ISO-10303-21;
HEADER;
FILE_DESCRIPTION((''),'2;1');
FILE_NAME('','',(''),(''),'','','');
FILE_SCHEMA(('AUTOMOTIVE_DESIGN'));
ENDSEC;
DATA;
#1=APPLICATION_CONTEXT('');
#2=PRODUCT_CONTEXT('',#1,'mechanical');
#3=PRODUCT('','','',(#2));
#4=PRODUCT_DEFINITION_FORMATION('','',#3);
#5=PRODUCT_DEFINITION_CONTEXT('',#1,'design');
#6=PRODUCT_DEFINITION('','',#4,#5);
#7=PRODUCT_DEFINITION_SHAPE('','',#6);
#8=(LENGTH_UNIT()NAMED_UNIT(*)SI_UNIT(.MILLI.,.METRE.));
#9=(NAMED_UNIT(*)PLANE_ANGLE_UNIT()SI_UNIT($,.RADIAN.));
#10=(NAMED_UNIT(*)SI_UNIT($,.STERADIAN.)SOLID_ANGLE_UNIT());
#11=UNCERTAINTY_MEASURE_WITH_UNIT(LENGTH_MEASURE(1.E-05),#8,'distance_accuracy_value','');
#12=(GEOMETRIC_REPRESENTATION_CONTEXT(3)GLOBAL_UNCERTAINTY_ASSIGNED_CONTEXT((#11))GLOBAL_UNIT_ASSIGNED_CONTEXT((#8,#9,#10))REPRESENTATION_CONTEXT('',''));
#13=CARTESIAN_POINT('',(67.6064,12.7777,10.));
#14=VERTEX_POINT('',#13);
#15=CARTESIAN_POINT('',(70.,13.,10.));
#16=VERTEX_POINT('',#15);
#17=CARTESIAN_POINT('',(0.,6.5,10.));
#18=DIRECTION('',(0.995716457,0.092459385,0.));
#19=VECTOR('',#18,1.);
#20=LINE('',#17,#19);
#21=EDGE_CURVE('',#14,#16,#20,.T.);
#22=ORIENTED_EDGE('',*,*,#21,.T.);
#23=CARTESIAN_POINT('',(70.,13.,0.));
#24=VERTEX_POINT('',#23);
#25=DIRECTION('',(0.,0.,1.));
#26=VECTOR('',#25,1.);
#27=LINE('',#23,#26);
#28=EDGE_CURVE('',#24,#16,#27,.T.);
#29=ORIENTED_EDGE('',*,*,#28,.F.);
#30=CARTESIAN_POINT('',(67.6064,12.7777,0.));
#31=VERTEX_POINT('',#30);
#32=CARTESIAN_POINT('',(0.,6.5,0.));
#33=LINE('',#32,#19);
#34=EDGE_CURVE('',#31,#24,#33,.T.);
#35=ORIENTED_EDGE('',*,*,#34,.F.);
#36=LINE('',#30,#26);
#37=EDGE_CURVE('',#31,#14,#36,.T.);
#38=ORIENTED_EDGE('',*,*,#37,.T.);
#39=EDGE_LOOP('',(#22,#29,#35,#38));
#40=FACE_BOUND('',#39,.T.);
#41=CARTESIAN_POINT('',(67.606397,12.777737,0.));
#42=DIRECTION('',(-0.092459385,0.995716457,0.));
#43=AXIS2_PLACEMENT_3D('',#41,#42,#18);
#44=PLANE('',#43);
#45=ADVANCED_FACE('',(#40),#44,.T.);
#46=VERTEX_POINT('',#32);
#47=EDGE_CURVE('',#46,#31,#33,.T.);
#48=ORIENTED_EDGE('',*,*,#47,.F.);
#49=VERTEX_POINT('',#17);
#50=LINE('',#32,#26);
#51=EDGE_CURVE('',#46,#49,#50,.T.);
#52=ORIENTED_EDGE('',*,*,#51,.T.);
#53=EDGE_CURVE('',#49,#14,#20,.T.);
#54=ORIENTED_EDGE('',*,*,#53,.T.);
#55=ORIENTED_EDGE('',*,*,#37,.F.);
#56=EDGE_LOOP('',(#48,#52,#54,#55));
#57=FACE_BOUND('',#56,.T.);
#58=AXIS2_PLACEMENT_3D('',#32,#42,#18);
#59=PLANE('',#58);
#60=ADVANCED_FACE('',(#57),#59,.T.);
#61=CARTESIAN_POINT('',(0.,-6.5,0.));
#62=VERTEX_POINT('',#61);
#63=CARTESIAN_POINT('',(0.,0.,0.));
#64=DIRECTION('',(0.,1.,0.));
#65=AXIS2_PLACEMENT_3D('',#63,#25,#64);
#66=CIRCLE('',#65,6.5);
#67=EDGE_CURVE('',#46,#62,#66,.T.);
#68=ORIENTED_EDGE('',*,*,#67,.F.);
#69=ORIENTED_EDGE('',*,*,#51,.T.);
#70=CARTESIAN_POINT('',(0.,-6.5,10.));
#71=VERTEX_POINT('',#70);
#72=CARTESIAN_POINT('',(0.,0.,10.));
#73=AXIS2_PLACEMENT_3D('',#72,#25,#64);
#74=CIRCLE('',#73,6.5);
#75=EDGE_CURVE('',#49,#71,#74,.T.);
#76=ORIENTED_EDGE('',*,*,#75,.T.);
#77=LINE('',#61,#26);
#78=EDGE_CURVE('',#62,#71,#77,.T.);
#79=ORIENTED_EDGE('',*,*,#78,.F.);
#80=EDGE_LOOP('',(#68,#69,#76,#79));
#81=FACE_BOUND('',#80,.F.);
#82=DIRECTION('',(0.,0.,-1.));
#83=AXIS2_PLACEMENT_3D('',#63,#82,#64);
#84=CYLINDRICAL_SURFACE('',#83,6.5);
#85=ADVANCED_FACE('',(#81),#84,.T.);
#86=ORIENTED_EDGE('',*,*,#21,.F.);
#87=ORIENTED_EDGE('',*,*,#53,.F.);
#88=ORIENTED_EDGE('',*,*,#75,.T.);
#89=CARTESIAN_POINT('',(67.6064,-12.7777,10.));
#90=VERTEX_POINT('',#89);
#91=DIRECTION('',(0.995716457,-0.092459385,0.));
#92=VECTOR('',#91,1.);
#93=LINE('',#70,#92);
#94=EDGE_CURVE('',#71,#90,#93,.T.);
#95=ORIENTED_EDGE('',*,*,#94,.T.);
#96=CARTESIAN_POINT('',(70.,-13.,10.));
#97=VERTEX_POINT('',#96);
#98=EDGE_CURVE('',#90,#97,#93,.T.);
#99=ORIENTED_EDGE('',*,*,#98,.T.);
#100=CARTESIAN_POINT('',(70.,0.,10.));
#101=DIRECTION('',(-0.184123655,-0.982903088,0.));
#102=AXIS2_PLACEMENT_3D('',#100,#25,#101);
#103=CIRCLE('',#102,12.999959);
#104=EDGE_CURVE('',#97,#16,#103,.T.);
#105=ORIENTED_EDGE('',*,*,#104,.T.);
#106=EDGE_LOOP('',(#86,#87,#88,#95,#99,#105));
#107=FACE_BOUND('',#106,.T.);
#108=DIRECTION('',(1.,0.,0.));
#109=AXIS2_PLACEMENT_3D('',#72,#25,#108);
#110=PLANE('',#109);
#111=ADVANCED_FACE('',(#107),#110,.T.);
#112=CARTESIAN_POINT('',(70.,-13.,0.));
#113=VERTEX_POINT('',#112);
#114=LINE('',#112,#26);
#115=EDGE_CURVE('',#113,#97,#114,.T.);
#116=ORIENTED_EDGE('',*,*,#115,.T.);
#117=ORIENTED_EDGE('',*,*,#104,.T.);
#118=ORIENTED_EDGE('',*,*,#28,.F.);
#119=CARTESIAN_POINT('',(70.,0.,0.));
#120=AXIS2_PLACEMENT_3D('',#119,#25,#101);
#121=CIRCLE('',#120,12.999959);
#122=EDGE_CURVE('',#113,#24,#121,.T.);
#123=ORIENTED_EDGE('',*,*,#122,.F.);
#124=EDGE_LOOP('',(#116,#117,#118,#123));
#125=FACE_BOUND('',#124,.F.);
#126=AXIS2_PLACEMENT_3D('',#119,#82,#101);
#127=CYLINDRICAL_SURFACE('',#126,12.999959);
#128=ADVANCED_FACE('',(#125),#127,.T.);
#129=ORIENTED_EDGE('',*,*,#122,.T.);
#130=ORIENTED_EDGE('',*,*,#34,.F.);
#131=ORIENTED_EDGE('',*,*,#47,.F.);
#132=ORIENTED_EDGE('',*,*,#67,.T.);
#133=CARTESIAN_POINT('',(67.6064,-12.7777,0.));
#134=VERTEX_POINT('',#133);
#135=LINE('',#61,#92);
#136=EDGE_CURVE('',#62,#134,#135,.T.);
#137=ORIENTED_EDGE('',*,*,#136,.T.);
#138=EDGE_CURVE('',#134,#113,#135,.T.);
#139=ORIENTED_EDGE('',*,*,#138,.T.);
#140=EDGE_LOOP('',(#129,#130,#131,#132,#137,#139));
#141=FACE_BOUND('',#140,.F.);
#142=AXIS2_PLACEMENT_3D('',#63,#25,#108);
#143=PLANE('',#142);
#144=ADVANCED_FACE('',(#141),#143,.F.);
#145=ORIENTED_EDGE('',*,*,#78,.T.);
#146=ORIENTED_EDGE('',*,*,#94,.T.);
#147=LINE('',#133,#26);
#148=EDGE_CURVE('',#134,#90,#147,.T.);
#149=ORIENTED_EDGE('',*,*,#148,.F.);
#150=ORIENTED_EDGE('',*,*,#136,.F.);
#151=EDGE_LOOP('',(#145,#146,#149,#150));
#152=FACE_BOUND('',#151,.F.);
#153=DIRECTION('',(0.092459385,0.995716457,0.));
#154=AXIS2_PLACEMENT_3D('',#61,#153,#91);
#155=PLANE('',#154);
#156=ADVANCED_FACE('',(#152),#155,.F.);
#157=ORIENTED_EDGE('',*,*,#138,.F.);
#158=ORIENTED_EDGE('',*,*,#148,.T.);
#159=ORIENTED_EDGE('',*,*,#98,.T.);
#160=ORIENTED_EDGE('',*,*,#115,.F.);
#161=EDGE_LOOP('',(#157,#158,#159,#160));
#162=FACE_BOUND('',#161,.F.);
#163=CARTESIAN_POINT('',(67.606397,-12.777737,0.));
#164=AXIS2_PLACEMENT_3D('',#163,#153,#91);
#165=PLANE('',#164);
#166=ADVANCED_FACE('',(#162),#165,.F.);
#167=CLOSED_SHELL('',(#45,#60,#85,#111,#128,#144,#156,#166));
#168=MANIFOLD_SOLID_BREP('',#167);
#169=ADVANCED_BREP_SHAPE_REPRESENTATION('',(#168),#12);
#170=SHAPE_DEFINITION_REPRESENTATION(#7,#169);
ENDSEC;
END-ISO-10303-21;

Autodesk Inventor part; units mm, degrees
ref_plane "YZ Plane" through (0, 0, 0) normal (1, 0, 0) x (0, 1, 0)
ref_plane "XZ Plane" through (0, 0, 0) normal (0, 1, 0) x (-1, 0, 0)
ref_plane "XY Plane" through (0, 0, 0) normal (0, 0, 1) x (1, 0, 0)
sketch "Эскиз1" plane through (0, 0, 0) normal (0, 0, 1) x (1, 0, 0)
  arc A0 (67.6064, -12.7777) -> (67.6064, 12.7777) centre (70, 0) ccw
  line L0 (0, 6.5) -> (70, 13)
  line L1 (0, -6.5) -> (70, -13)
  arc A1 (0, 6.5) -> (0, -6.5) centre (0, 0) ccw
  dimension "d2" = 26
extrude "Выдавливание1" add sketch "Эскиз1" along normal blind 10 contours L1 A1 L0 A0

*WHAT IS REQUIRED:* What are the lines, exactly as written above, from the line with "#33=LINE('',#32,#19);" to the line with "#82=DIRECTION('',(0.,0.,-1.));", both included? Output only those.

*ANSWER SPACE:*
#33=LINE('',#32,#19);
#34=EDGE_CURVE('',#31,#24,#33,.T.);
#35=ORIENTED_EDGE('',*,*,#34,.F.);
#36=LINE('',#30,#26);
#37=EDGE_CURVE('',#31,#14,#36,.T.);
#38=ORIENTED_EDGE('',*,*,#37,.T.);
#39=EDGE_LOOP('',(#22,#29,#35,#38));
#40=FACE_BOUND('',#39,.T.);
#41=CARTESIAN_POINT('',(67.606397,12.777737,0.));
#42=DIRECTION('',(-0.092459385,0.995716457,0.));
#43=AXIS2_PLACEMENT_3D('',#41,#42,#18);
#44=PLANE('',#43);
#45=ADVANCED_FACE('',(#40),#44,.T.);
#46=VERTEX_POINT('',#32);
#47=EDGE_CURVE('',#46,#31,#33,.T.);
#48=ORIENTED_EDGE('',*,*,#47,.F.);
#49=VERTEX_POINT('',#17);
#50=LINE('',#32,#26);
#51=EDGE_CURVE('',#46,#49,#50,.T.);
#52=ORIENTED_EDGE('',*,*,#51,.T.);
#53=EDGE_CURVE('',#49,#14,#20,.T.);
#54=ORIENTED_EDGE('',*,*,#53,.T.);
#55=ORIENTED_EDGE('',*,*,#37,.F.);
#56=EDGE_LOOP('',(#48,#52,#54,#55));
#57=FACE_BOUND('',#56,.T.);
#58=AXIS2_PLACEMENT_3D('',#32,#42,#18);
#59=PLANE('',#58);
#60=ADVANCED_FACE('',(#57),#59,.T.);
#61=CARTESIAN_POINT('',(0.,-6.5,0.));
#62=VERTEX_POINT('',#61);
#63=CARTESIAN_POINT('',(0.,0.,0.));
#64=DIRECTION('',(0.,1.,0.));
#65=AXIS2_PLACEMENT_3D('',#63,#25,#64);
#66=CIRCLE('',#65,6.5);
#67=EDGE_CURVE('',#46,#62,#66,.T.);
#68=ORIENTED_EDGE('',*,*,#67,.F.);
#69=ORIENTED_EDGE('',*,*,#51,.T.);
#70=CARTESIAN_POINT('',(0.,-6.5,10.));
#71=VERTEX_POINT('',#70);
#72=CARTESIAN_POINT('',(0.,0.,10.));
#73=AXIS2_PLACEMENT_3D('',#72,#25,#64);
#74=CIRCLE('',#73,6.5);
#75=EDGE_CURVE('',#49,#71,#74,.T.);
#76=ORIENTED_EDGE('',*,*,#75,.T.);
#77=LINE('',#61,#26);
#78=EDGE_CURVE('',#62,#71,#77,.T.);
#79=ORIENTED_EDGE('',*,*,#78,.F.);
#80=EDGE_LOOP('',(#68,#69,#76,#79));
#81=FACE_BOUND('',#80,.F.);
#82=DIRECTION('',(0.,0.,-1.));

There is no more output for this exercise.